Aim 1 - To determine the chronology of biomarkers of brain injury - S100B, NSE, and UCHL1 - in response to a hyperammonemic (HA) brain insult in patients with an inherited hyperammonemic disorder. We hypothesized that elevations of S100B, NSE, and UCHL1 will parallel the rise in blood ammonia. These biomarkers will be measured concurrently to ammonia levels throughout hospitalizations for HA until normalization of patient's blood ammonia and mental status.

Aim 2 - To determine if S100B, NSE, and UCHL1 are altered in patients with two other inborn errors of metabolism in which the primary pathology is neurological injury, Maple Syrup Urine Disease (MSUD) and Glutaric Acidemia (GA1). We hypothesize that neuronal and astroglial injury in these disorders may also result in increased levels of S100B, NSE, and UCHL1.

Metabolic patients will be enrolled either during a hospitalization or in outpatient clinic, but outpatient enrollment is preferred. Metabolic patients typically have multiple laboratory tests performed at their outpatient visits. We will obtain the discarded blood samples from such laboratory tests in order to measure S100B, NSE, and UCHL1 levels at baseline (normal blood ammonia), which will provide data on biomarker levels following recovery from a hyperammonemic episode.

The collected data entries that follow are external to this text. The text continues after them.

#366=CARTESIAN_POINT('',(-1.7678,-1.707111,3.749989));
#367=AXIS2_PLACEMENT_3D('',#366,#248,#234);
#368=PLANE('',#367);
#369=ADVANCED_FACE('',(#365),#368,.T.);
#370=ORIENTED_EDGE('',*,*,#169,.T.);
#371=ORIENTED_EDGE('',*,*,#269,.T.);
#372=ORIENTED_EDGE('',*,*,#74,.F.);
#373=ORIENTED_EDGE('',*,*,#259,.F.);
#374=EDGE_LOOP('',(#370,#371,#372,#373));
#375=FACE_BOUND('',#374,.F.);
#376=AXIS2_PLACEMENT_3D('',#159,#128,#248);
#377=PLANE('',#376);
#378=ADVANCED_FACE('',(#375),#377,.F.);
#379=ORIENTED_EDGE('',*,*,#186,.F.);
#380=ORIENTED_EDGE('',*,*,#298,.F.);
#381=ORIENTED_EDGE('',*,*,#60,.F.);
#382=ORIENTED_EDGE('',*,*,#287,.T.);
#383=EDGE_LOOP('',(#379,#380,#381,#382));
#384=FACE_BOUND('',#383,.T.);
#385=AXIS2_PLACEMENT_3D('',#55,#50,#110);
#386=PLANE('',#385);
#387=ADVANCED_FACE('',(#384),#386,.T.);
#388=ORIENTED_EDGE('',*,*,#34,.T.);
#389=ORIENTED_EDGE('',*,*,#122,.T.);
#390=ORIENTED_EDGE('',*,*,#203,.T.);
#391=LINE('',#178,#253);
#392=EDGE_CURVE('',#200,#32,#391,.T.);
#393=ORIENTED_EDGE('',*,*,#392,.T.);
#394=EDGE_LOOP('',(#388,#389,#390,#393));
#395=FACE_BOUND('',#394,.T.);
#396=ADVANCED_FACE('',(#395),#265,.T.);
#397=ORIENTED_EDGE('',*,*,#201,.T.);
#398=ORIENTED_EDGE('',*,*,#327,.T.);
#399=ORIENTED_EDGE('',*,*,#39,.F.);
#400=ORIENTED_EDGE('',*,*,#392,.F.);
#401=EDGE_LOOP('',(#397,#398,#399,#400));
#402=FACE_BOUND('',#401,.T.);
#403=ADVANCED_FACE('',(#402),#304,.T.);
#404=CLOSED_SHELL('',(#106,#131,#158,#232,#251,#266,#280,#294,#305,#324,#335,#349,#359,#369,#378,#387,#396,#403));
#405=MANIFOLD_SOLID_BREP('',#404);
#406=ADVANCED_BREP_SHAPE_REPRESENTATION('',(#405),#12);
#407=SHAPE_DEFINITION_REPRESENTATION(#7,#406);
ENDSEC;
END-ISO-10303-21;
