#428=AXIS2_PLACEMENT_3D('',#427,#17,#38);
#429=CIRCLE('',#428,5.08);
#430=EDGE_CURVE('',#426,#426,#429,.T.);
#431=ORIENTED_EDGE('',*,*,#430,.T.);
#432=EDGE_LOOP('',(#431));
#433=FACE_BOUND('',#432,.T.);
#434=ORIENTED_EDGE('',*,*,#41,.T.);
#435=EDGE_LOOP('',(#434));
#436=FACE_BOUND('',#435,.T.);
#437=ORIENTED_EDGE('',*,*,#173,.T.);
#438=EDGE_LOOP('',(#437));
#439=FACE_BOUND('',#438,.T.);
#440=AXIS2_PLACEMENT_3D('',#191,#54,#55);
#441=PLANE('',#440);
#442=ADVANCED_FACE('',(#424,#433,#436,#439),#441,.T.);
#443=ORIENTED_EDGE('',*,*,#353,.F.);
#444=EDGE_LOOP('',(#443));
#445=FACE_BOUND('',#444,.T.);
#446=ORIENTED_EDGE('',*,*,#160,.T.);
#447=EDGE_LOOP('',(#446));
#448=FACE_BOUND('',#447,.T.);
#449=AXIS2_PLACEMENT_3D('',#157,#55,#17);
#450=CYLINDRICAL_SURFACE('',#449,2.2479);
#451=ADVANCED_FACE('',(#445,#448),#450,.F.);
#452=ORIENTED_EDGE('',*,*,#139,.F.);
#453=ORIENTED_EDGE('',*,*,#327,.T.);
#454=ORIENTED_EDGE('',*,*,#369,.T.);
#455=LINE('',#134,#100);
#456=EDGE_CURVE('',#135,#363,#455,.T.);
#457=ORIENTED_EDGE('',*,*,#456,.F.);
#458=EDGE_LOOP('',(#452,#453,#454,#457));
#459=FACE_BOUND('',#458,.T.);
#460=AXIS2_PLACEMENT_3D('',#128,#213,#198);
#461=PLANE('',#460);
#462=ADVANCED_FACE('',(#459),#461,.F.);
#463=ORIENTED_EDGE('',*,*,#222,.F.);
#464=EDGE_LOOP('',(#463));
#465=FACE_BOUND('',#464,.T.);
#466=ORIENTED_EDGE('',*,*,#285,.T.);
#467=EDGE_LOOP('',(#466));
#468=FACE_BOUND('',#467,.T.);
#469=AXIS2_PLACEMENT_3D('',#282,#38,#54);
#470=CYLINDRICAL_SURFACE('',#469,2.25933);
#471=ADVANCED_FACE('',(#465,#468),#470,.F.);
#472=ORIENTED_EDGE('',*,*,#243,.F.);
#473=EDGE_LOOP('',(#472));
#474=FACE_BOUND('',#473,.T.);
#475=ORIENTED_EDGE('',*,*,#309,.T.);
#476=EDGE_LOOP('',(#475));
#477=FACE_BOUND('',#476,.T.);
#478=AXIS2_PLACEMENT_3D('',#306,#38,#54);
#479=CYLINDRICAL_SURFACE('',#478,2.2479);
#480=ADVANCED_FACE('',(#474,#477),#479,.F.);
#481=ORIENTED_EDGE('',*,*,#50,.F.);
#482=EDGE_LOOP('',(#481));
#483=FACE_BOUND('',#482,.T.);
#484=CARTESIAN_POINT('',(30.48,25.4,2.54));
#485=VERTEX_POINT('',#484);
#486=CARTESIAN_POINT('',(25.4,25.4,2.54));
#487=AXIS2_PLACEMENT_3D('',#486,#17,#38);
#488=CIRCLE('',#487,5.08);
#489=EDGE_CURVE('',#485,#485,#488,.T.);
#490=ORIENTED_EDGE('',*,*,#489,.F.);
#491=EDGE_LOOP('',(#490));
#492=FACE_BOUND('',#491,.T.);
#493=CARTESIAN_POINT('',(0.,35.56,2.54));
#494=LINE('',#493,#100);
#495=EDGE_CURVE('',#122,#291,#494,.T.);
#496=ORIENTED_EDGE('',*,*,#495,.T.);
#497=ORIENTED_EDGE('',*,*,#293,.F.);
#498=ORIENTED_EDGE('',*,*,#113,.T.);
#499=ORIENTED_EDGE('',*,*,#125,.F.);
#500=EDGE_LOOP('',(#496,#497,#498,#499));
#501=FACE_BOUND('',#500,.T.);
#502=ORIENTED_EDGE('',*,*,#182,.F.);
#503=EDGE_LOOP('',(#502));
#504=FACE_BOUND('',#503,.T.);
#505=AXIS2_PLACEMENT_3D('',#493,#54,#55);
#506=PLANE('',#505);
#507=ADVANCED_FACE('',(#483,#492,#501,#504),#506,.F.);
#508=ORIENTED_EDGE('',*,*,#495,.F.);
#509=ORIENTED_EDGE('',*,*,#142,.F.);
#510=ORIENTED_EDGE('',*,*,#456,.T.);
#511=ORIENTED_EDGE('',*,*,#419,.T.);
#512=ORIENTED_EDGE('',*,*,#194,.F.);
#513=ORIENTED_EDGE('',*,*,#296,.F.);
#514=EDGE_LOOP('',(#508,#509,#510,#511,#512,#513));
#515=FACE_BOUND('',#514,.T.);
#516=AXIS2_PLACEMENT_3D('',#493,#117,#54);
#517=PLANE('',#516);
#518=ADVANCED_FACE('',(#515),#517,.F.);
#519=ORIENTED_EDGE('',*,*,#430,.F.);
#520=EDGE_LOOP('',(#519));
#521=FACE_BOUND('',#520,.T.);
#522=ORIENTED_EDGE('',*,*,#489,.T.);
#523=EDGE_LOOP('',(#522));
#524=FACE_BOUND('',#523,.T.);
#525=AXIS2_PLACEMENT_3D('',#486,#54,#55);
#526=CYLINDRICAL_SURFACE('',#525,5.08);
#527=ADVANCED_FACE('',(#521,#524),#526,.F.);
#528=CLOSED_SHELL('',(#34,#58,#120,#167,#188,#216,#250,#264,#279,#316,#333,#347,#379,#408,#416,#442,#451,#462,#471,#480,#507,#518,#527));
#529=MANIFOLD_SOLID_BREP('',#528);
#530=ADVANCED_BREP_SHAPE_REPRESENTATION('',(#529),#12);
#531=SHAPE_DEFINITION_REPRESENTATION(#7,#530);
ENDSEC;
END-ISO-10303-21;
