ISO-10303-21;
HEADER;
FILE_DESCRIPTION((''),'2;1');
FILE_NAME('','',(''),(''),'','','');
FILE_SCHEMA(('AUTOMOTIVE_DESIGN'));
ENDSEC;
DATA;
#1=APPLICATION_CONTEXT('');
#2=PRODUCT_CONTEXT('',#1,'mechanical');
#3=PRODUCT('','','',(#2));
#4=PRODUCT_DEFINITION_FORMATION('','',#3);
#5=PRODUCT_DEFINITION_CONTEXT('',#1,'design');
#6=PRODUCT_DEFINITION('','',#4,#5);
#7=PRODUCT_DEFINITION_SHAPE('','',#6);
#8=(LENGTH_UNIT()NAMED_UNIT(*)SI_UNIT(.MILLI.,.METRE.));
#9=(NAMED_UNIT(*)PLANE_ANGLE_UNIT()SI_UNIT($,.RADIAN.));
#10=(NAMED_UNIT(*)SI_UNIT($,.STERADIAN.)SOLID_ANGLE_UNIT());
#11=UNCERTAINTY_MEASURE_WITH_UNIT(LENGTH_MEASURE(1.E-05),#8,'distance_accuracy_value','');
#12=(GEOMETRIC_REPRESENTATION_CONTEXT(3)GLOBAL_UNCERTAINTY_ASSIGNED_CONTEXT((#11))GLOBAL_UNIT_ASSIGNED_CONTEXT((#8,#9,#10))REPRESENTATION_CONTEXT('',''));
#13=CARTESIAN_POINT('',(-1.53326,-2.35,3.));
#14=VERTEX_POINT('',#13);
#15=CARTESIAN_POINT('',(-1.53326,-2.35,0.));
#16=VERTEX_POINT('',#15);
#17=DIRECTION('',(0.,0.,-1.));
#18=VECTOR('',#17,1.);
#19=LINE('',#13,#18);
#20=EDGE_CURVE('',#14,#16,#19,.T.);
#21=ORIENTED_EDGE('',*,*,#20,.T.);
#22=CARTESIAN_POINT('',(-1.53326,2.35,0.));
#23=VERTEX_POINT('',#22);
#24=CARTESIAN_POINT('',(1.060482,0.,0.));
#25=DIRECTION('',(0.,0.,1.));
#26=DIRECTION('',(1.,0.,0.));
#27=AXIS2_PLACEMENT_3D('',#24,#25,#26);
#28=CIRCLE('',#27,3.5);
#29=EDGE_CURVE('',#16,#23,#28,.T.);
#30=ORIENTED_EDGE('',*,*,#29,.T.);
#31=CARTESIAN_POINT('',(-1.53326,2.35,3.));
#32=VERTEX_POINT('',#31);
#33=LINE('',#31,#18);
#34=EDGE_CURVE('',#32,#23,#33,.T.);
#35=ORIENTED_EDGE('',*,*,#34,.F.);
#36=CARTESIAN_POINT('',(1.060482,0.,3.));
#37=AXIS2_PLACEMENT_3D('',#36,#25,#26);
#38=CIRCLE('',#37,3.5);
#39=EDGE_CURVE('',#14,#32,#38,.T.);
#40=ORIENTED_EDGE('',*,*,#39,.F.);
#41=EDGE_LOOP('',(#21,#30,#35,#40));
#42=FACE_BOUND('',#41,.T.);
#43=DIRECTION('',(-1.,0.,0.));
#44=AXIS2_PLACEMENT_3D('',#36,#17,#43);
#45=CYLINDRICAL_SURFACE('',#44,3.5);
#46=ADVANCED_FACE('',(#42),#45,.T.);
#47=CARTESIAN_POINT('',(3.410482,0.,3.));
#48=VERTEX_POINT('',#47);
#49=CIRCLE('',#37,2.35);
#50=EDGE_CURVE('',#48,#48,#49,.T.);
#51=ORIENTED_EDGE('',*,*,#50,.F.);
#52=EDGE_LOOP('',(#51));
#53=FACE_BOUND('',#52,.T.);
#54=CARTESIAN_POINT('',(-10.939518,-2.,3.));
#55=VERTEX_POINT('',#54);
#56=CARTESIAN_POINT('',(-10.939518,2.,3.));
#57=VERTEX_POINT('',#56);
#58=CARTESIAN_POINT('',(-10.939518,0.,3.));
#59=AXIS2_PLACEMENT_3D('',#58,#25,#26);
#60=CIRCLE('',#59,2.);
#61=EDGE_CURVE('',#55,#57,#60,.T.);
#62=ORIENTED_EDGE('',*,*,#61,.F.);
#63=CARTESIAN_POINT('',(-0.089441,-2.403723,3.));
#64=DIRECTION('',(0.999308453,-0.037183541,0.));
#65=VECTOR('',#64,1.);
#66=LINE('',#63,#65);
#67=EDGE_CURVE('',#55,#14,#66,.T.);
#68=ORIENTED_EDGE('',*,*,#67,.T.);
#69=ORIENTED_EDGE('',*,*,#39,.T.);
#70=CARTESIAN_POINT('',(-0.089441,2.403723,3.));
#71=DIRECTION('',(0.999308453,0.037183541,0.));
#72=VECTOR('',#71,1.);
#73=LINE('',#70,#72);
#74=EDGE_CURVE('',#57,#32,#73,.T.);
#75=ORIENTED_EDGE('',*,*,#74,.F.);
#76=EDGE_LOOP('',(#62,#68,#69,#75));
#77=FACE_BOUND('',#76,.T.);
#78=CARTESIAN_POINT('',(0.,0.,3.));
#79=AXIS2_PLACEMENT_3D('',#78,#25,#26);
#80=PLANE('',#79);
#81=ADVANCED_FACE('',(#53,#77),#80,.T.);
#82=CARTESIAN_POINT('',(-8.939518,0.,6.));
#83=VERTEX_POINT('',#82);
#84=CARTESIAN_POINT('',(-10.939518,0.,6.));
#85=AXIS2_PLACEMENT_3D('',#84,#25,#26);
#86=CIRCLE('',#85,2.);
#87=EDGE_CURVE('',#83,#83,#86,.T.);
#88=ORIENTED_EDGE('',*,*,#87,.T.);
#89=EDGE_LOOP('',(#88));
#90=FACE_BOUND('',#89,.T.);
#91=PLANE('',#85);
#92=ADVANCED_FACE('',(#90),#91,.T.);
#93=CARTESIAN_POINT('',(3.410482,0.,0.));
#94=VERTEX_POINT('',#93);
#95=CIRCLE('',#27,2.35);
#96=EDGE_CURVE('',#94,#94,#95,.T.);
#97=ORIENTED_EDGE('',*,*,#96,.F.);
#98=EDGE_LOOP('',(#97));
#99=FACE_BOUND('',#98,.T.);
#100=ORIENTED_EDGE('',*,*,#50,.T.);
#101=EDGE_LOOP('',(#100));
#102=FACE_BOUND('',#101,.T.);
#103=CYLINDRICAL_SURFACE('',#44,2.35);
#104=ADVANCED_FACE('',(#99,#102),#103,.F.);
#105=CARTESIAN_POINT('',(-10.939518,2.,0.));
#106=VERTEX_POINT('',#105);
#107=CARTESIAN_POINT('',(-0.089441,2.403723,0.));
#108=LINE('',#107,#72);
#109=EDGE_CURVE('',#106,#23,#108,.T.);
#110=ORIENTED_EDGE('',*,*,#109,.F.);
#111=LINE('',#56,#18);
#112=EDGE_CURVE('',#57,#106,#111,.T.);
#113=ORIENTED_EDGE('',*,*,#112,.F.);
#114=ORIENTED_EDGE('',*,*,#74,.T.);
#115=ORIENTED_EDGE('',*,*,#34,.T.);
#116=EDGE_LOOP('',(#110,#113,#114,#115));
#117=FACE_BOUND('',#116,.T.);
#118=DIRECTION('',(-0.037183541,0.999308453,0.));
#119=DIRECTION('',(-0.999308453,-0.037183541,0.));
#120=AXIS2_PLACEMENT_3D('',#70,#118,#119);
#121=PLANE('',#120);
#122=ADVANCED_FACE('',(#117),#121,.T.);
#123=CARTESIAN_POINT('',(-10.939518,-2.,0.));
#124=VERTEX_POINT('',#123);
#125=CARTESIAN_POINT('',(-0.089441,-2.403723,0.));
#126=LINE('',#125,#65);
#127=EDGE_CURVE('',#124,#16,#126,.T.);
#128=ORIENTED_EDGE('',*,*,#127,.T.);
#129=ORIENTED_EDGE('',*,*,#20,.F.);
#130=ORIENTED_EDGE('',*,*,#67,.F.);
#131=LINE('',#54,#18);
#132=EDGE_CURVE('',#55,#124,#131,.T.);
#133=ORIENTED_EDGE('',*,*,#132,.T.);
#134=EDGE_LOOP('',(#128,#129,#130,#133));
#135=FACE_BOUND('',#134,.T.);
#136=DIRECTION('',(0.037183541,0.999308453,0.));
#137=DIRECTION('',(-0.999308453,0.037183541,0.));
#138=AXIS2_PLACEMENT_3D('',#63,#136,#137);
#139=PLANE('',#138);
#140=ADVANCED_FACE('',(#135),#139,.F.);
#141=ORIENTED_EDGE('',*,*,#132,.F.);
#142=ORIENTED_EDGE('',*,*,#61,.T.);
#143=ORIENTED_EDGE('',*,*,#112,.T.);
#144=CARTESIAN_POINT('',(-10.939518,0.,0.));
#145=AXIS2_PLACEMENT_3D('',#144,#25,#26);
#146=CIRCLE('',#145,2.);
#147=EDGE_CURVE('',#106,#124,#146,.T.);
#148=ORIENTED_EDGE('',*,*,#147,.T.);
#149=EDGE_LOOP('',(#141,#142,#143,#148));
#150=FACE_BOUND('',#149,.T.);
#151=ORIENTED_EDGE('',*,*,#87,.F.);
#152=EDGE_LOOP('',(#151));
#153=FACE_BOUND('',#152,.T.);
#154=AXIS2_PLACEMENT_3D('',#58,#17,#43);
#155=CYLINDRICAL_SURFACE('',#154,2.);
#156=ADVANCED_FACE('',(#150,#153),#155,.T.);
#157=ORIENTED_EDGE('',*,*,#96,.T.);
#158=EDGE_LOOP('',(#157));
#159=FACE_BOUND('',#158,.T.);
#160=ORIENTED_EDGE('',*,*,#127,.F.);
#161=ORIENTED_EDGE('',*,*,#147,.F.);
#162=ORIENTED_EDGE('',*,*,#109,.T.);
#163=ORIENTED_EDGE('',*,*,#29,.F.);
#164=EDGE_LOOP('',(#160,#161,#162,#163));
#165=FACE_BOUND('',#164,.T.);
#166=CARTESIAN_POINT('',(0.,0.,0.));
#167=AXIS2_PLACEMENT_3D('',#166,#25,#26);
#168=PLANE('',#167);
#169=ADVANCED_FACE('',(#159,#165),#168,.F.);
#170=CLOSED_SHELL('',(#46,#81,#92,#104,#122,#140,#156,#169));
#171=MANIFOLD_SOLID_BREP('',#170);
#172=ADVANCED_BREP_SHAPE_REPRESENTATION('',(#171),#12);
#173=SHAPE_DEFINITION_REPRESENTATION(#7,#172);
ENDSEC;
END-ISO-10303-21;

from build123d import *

# Parameters (mm, degrees)
SKETCH1_R           = 2.35
BOSS_EXTRUDE1_DEPTH = 3
SKETCH2_R           = 2
BOSS_EXTRUDE2_DEPTH = 3


with BuildPart() as part:
    # Sketch1 → Boss-Extrude1 (new body)
    with BuildSketch(Plane.XY):
        with BuildLine():
            Line((-1.533260445, 2.35), (-10.939517975, 2))
            ThreePointArc((-10.939517975, 2), (-12.939517975, 0), (-10.939517975, -2))
            Line((-10.939517975, -2), (-1.533260445, -2.35))
            ThreePointArc((-1.533260445, -2.35), (4.560482025, 0), (-1.533260445, 2.35))
        make_face()
        with Locations((1.060482025, 0)):
            Circle(SKETCH1_R, mode=Mode.SUBTRACT)
    extrude(amount=BOSS_EXTRUDE1_DEPTH)

    # Sketch2 → Boss-Extrude2 (add)
    with BuildSketch(Plane.XY.offset(3)):
        with Locations((-10.939517975, 0)):
            Circle(SKETCH2_R)
    extrude(amount=BOSS_EXTRUDE2_DEPTH)


solid = part.part
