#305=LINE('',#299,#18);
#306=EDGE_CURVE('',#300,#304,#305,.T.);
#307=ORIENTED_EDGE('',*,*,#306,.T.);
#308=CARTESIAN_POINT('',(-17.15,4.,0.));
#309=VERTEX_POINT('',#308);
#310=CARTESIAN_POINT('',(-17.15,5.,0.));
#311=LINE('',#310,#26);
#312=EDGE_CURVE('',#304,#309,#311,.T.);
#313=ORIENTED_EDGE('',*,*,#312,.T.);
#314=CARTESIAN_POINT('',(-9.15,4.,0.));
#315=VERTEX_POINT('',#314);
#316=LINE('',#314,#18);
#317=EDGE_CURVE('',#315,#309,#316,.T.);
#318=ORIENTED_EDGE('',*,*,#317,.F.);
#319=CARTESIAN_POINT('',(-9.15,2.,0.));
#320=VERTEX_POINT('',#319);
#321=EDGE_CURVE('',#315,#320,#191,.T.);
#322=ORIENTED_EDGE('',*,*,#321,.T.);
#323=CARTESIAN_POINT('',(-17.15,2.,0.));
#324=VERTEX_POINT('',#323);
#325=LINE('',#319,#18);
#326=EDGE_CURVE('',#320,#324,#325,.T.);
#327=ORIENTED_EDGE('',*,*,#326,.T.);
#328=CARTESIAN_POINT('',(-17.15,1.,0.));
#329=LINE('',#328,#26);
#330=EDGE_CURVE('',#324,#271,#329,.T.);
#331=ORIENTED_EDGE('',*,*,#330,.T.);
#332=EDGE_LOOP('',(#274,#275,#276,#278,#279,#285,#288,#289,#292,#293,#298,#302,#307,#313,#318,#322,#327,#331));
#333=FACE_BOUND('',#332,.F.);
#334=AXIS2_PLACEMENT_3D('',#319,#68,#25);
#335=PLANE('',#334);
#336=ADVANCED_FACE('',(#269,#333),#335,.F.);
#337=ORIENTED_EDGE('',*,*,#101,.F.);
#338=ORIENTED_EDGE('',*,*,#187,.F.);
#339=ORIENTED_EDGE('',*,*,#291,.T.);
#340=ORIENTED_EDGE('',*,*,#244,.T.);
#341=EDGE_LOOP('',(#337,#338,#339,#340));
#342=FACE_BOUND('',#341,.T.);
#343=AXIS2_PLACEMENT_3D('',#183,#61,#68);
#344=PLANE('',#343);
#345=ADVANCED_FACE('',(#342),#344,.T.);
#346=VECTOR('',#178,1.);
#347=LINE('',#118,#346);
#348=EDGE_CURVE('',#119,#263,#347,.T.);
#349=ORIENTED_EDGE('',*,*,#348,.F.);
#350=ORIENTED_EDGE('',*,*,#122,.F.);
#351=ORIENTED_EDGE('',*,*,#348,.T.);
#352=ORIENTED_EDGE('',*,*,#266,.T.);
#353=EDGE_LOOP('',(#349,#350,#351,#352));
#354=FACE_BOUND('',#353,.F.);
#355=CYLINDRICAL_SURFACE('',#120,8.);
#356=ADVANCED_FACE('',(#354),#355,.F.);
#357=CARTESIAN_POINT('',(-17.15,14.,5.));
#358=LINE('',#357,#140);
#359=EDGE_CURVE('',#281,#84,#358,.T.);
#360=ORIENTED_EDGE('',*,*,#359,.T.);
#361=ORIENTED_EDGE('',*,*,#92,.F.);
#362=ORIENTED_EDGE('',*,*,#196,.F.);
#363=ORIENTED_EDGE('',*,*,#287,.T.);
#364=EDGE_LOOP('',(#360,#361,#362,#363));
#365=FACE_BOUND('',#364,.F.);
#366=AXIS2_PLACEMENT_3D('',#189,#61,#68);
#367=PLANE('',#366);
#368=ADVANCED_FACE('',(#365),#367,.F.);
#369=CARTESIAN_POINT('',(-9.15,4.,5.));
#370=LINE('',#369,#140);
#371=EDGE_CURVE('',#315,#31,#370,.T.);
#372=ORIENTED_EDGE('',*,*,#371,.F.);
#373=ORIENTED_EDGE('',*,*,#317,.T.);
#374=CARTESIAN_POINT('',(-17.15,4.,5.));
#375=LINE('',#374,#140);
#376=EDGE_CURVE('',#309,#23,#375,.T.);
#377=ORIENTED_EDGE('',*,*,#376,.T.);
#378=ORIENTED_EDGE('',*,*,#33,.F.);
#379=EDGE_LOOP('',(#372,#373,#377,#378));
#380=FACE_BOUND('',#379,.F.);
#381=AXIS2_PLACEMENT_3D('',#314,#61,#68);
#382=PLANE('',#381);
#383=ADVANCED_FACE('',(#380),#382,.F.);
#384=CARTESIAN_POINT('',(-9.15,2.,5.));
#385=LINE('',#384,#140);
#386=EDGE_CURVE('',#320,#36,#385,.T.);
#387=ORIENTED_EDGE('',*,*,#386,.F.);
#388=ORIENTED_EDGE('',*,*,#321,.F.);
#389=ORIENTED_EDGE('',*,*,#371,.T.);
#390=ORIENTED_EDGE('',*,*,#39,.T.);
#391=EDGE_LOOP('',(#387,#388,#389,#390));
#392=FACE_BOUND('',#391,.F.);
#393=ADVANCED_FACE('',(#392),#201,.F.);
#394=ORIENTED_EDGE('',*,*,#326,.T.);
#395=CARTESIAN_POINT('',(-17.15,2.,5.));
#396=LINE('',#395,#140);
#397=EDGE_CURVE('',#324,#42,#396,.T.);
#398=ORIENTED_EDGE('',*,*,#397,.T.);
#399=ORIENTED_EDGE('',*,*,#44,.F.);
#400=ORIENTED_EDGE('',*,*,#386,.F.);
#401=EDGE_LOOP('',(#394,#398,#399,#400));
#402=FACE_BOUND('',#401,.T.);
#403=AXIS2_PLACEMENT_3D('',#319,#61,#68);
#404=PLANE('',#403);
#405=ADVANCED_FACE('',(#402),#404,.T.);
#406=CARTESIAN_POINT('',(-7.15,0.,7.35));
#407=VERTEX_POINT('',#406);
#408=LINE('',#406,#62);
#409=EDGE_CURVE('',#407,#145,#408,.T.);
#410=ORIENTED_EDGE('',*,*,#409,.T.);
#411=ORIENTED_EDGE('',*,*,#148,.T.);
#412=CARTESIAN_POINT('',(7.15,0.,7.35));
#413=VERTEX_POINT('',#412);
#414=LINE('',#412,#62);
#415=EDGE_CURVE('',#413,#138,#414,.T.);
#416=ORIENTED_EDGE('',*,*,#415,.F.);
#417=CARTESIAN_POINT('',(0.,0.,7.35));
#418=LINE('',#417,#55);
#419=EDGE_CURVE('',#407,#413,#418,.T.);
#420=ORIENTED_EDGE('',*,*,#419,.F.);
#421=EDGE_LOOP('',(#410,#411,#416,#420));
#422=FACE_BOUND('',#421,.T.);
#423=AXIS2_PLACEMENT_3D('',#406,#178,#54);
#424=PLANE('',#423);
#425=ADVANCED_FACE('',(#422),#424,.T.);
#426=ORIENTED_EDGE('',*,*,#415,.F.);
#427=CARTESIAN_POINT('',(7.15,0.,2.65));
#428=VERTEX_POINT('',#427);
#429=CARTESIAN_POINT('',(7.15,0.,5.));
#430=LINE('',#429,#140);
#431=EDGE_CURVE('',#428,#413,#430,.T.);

During hospitalization for metabolic decompensation or for hypoxic-ischemic encephalopathy, sequential measurements of S100B, NSE and UCHL1 levels will be obtained from discarded blood samples. We will obtain S100B, NSE, and UCHL1 levels from collected discarded blood samples at all subjects' next outpatient visit following their hospitalization, to determine if levels return to baseline.

Study Type

Observational

Enrollment (Estimated)

24

Contacts and Locations

This section provides the contact details for those conducting the study, and information on where this study is being conducted.

Study Contact

Study Contact Backup

Study Locations

  • United States
    • District of Columbia
      • Washington, District of Columbia, United States, 20010
        • Recruiting
        • Children's National Research Institute
        • Principal Investigator:
          • Nicholas Ah Mew, MD
        • Contact:

Participation Criteria

Researchers look for people who fit a certain description, called eligibility criteria. Some examples of these criteria are a person's general health condition or prior treatments.

Eligibility Criteria

Ages Eligible for Study

5 years to 16 years (Child, Adult)

Accepts Healthy Volunteers

No

Sampling Method

Non-Probability Sample

Study Population

Eligible subjects will be recruited from the patient population at Children's National Hospital in Washington, DC. Study population will consist of those patients with inherited hyperammonemias, acute metablic disorders, fatty acid oxidation disorders, and hypoxic-ischemic encephalopathy.

Description

Inclusion Criteria:

  1. Inherited Hyperammonemias:

    1. A clinical diagnosis of 1 of 7 diagnosed urea cycle disorders:

      • N-acetylglutamate Synthetase Deficiency (NAGS)
      • Carbamyl Phosphate Synthetase Deficiency (CPSD)
      • Ornithine Transcarbamylase Deficiency (OTCD)
      • Argininosuccinate Synthetase Deficiency (ASD)
      • Argininosuccinate Lyase Deficiency (ALD)
      • Arginase Deficiency (AD)
      • Hyperammonemia-Hyperornithinemia-Homocitrullinuria (HHH)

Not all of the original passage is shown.